What is driving the stock market rally? 

It seems like the new Canada Revenue Agency (CRA) cash benefits have stalled the stock market crash by injecting more liquidity into the economy. The TSX Composite Index rose in April, because the Canada Emergency Response Benefit (CERB) increased household disposable income by 10.8%. As interest rates were near zero, Canadians put some of this money in stock markets.

The whole composition of the TSX Composite Index changed in the pandemic rally. Finance and energy stocks once ruled the index. For a long time, Royal Bank of Canada held the position of the highest-valued stock on the Toronto Stock Exchange. But the ultimate virus stock, Shopify, overtook it to become the highest-valued stock in Canada. Similarly, Suncor Energy was the highest-valued energy stock, but Canadian Natural Resources recently overtook it in terms of market capitalization.

This change in stock market composition shows that the economy is changing. The stock market rally is actually in sync with the economy, which means another market crash is unlikely. In my previous articles, I’ve stated that another stock market crash is inevitable. But the correlation between the stock market and the economy changed my perspective.

The stock market rally is here to stay

The stock market rally is here to stay, because the pandemic has made people more cautious about spending. They are saving more and spending less, which has indirectly slowed economic recovery. The gross domestic product (GDP) increases when there is a lot of buying and selling.

The Justin Trudeau government has put the new CRB and Employment Insurance in place for a year. Such a long period removes investors’ fear that the benefits will end and they will be cash strapped. This fear is what pulled back the market in September, as the CERB was ending, and people cashed out their stocks over uncertainty around October cash benefits.

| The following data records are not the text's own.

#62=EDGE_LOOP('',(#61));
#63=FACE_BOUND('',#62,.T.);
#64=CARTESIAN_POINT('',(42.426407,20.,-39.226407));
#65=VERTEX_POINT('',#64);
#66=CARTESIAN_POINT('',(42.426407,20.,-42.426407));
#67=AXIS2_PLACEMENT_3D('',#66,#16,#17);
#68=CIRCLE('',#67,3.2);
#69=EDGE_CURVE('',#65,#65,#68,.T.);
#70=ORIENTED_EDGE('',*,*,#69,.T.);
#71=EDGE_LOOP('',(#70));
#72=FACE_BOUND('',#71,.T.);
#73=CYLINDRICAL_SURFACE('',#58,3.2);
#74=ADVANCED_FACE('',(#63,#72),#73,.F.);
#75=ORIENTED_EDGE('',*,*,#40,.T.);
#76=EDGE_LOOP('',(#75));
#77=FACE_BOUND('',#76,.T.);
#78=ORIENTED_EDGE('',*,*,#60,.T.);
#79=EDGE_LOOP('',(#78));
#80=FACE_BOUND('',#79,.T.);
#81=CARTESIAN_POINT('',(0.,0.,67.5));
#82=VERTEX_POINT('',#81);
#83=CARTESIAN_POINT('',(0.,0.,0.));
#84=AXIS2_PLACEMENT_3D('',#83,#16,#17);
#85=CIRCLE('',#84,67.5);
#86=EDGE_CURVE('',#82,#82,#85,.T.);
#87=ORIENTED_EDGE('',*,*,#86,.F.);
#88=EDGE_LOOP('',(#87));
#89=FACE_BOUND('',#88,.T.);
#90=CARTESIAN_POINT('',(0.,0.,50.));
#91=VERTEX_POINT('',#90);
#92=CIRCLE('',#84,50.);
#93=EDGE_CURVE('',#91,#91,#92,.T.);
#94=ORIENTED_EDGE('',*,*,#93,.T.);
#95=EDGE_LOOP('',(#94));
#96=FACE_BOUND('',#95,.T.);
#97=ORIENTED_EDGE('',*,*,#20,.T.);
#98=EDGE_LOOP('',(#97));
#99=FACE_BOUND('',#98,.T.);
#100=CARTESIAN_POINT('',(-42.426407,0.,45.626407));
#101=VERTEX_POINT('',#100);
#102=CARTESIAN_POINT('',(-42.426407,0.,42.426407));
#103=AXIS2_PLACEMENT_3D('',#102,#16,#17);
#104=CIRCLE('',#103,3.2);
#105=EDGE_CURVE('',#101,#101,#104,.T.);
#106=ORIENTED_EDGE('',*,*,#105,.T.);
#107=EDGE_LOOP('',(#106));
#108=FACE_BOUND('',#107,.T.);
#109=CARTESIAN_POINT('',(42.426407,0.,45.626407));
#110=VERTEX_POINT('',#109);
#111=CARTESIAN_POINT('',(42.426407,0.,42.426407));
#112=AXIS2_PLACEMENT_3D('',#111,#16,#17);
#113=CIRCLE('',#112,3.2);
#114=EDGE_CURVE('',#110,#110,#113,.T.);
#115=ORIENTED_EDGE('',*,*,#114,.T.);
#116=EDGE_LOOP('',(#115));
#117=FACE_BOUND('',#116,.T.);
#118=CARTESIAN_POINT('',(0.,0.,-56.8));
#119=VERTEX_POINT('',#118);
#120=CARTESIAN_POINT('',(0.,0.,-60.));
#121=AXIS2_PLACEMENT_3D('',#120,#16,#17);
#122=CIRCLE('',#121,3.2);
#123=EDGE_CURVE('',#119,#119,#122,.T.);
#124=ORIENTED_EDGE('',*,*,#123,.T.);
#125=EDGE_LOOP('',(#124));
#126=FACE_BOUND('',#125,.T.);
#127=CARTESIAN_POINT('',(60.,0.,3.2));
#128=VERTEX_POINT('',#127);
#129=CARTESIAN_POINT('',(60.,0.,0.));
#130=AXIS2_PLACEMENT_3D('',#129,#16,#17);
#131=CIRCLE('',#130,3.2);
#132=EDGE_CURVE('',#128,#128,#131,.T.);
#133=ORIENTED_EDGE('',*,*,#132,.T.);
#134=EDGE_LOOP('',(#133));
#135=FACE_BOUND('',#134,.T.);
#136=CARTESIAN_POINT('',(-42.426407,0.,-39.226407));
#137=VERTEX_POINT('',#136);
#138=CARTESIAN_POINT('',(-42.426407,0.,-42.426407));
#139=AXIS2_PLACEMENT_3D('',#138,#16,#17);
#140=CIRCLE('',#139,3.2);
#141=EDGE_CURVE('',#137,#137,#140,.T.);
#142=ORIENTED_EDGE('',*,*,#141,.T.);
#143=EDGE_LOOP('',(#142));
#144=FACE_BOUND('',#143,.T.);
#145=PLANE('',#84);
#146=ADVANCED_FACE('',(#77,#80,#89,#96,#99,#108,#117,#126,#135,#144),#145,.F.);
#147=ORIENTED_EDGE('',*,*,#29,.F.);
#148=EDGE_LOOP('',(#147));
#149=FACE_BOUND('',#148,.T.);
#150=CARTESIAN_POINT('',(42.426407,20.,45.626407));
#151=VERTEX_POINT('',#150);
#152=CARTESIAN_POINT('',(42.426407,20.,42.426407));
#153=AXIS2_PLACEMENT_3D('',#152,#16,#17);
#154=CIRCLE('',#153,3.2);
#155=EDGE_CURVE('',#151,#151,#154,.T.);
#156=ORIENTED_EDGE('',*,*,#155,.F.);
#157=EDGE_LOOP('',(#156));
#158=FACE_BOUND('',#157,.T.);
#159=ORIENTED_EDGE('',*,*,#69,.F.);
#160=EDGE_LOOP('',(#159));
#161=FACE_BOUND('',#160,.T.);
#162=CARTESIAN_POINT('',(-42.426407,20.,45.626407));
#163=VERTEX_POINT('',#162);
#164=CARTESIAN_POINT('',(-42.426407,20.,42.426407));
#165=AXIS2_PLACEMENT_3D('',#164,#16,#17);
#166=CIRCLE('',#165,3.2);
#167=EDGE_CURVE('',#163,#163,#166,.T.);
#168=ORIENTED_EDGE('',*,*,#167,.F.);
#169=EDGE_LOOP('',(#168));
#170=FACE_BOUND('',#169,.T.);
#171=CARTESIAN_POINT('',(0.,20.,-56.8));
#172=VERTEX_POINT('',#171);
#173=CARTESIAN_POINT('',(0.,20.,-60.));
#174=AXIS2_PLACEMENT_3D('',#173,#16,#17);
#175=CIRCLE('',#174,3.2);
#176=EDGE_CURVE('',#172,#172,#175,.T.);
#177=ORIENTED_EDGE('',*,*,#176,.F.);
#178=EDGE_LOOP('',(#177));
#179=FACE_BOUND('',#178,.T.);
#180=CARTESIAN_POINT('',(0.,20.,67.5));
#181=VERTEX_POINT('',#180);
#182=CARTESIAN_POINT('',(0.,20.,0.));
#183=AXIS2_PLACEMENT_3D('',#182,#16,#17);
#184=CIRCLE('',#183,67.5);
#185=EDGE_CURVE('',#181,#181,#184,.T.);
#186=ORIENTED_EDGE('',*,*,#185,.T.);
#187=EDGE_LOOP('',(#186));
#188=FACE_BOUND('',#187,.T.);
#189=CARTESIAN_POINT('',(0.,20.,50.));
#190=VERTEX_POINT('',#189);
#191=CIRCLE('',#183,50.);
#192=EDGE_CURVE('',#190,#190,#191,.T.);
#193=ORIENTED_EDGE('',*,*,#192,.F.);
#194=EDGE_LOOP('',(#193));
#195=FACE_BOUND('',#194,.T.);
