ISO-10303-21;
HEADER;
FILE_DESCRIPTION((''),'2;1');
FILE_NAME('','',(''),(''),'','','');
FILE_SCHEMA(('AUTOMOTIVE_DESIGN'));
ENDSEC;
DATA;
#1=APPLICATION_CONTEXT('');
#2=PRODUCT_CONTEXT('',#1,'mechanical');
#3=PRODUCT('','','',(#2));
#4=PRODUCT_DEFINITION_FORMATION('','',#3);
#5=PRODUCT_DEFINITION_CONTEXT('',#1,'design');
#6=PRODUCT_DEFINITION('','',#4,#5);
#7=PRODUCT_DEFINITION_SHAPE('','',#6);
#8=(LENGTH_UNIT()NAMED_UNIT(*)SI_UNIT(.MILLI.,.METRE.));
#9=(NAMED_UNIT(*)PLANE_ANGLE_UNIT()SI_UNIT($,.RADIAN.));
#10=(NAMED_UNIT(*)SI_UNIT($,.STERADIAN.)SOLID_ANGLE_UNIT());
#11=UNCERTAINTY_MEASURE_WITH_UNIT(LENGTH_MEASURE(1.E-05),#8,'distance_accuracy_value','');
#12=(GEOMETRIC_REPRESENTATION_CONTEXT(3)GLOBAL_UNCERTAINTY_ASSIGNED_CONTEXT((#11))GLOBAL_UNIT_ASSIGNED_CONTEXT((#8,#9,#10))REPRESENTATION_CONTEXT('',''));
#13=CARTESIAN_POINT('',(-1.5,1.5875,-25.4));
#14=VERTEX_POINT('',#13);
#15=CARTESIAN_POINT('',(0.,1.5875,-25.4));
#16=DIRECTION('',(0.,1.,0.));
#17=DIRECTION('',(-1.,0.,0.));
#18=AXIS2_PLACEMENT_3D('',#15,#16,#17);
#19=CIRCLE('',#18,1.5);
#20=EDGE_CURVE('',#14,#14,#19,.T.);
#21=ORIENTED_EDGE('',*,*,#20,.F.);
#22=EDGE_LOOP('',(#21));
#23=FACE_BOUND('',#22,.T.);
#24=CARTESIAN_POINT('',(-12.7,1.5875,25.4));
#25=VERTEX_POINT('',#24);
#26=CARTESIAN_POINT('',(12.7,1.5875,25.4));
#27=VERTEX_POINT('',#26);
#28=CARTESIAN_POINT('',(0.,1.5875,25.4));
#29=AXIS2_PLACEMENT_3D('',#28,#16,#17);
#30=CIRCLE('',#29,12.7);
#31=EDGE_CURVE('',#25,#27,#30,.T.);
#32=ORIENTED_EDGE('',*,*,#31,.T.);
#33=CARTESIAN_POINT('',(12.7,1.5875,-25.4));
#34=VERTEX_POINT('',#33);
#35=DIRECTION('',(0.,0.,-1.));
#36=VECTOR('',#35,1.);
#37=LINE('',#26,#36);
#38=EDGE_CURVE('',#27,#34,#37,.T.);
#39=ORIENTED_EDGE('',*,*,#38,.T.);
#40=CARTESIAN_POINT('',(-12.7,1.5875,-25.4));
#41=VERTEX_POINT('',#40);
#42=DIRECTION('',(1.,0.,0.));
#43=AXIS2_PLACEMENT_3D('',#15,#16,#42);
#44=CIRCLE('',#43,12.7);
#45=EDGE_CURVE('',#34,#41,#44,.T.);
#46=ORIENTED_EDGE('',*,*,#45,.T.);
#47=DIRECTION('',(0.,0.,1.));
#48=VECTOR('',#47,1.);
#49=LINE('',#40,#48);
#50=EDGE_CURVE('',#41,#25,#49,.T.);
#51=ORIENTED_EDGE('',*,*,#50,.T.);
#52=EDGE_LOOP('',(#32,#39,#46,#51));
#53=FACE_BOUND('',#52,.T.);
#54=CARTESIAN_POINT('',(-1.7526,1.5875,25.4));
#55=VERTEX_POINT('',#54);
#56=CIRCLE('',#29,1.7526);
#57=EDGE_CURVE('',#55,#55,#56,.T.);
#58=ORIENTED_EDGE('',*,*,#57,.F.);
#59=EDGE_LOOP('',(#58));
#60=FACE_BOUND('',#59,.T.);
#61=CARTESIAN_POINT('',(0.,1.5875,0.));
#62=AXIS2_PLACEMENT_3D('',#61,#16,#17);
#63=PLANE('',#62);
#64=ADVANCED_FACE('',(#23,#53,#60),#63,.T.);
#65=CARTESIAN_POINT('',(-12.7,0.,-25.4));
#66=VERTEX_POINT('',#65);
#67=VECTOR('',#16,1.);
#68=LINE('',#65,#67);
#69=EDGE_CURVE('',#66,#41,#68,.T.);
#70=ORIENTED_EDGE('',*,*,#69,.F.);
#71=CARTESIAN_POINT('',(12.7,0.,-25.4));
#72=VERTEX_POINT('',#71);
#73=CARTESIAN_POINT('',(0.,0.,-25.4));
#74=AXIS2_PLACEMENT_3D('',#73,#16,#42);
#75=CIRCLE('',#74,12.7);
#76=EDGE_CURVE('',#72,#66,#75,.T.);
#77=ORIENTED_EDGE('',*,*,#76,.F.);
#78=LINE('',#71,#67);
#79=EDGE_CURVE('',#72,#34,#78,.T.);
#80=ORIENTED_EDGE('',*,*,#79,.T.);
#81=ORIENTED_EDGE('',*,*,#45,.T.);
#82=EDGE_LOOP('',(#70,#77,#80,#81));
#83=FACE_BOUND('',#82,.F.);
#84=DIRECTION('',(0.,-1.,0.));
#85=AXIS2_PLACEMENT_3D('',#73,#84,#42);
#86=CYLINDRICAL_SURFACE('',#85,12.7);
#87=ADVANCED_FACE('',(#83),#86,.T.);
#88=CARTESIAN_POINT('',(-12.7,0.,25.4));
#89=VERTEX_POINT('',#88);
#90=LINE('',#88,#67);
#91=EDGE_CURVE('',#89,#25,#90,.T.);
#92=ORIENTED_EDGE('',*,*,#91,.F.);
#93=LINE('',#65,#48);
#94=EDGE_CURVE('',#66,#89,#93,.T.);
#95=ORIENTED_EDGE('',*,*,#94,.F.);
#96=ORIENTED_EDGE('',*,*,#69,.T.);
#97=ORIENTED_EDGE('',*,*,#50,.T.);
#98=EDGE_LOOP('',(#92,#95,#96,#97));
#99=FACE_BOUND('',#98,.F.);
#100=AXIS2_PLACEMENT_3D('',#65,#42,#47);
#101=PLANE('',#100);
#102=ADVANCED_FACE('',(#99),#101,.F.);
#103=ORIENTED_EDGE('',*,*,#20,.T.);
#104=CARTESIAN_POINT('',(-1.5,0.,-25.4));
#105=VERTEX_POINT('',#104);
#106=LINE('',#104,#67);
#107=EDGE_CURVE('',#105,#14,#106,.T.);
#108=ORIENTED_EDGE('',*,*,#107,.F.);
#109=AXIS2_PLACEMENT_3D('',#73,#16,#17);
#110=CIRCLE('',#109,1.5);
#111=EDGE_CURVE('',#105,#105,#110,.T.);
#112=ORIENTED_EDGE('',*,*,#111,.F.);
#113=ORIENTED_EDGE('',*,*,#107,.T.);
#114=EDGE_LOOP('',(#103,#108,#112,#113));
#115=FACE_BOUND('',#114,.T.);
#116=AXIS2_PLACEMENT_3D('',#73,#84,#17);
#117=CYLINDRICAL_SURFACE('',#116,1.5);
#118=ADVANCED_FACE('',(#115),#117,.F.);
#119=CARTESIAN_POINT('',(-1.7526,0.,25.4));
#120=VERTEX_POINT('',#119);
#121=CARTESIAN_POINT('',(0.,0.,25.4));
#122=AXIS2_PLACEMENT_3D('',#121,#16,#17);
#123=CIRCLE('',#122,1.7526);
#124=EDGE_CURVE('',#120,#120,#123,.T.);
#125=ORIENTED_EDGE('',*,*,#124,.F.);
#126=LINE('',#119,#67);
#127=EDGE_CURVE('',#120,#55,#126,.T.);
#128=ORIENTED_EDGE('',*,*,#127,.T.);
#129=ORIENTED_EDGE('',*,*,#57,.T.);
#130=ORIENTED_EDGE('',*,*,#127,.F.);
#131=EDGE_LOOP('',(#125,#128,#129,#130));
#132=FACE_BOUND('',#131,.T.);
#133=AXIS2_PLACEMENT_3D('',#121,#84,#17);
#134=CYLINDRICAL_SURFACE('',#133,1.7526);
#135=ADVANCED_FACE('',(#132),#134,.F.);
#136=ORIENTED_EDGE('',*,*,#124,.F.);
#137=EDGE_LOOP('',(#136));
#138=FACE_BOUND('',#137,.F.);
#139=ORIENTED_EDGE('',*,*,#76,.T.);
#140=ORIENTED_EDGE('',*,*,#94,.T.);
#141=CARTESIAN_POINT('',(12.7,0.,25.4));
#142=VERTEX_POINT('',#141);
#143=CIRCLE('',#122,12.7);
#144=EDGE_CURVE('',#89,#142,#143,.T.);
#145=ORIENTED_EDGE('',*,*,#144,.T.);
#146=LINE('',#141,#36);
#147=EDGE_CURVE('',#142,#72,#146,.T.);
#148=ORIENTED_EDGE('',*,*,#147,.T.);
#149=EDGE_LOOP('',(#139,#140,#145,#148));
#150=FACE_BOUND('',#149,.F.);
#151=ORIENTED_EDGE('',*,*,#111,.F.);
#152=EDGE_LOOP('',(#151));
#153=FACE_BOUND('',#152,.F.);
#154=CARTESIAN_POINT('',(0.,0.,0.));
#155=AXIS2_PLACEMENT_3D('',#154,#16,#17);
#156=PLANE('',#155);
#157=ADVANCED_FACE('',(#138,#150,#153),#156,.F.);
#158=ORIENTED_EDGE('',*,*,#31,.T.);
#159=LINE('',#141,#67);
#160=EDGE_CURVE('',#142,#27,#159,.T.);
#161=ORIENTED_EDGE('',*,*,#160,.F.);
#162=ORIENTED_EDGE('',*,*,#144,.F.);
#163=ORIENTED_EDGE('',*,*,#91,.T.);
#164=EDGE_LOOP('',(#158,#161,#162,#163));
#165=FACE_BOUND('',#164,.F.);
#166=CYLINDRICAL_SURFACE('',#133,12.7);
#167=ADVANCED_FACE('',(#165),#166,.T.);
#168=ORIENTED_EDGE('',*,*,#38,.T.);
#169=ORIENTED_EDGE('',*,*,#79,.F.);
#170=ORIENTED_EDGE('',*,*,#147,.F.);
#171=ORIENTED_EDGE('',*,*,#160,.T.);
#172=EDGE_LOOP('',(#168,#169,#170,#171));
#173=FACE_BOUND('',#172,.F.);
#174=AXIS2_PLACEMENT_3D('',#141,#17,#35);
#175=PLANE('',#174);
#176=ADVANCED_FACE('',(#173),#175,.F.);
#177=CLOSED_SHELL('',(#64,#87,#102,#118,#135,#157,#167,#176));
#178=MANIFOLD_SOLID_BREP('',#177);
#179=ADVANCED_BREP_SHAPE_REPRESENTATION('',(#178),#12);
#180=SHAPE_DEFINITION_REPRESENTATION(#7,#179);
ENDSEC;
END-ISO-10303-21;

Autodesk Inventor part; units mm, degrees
ref_plane "YZ Plane" through (0, 0, 0) normal (1, 0, 0) x (0, 1, 0)
ref_plane "XZ Plane" through (0, 0, 0) normal (0, 1, 0) x (-1, 0, 0)
ref_plane "XY Plane" through (0, 0, 0) normal (0, 0, 1) x (1, 0, 0)
sketch "Sketch1" plane through (0, 0, 0) normal (0, 1, 0) x (-1, 0, 0)
  line L0 (0, 25.4) -> (0, -25.4) construction
  line L1 (-12.7, 25.4) -> (-12.7, -25.4)
  line L2 (12.7, -25.4) -> (12.7, 25.4)
  arc A0 (12.7, 25.4) -> (-12.7, 25.4) centre (0, 25.4) ccw
  arc A1 (-12.7, -25.4) -> (12.7, -25.4) centre (0, -25.4) ccw
  circle A2 centre (0, 25.4) radius 1.7526
  circle A3 centre (0, -25.4) radius 1.5
  point P0 (0, 0)
  dimension "d0" = 25.4
  dimension "d1" = 50.8
  dimension "d2" = 3.5052
  dimension "d3" = 3
extrude "Extrusion1" add sketch "Sketch1" along normal blind 1.5875
properties part number "Base"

The government has at least stalled the market crash for a year with the new benefits. It is hoping to reduce the unemployment rate by creating jobs, incentivizing people to return to work, and providing financial aid to small businesses for generating employment. If people start working again, they will have liquidity even without the CRB, which means they won’t cash out of their stocks out of panic. It is the panic selling that causes the stock market to crash.

These post-pandemic stocks can double your money 

You can make the most of the current market environment. The virus stocks drove the stock market rally during the pandemic. But now the recovery stocks would drive the market rally in the COVID-19 economy. One of the post-pandemic stock is Descartes Systems (TSX:DSG)(NASDAQ:DSGX).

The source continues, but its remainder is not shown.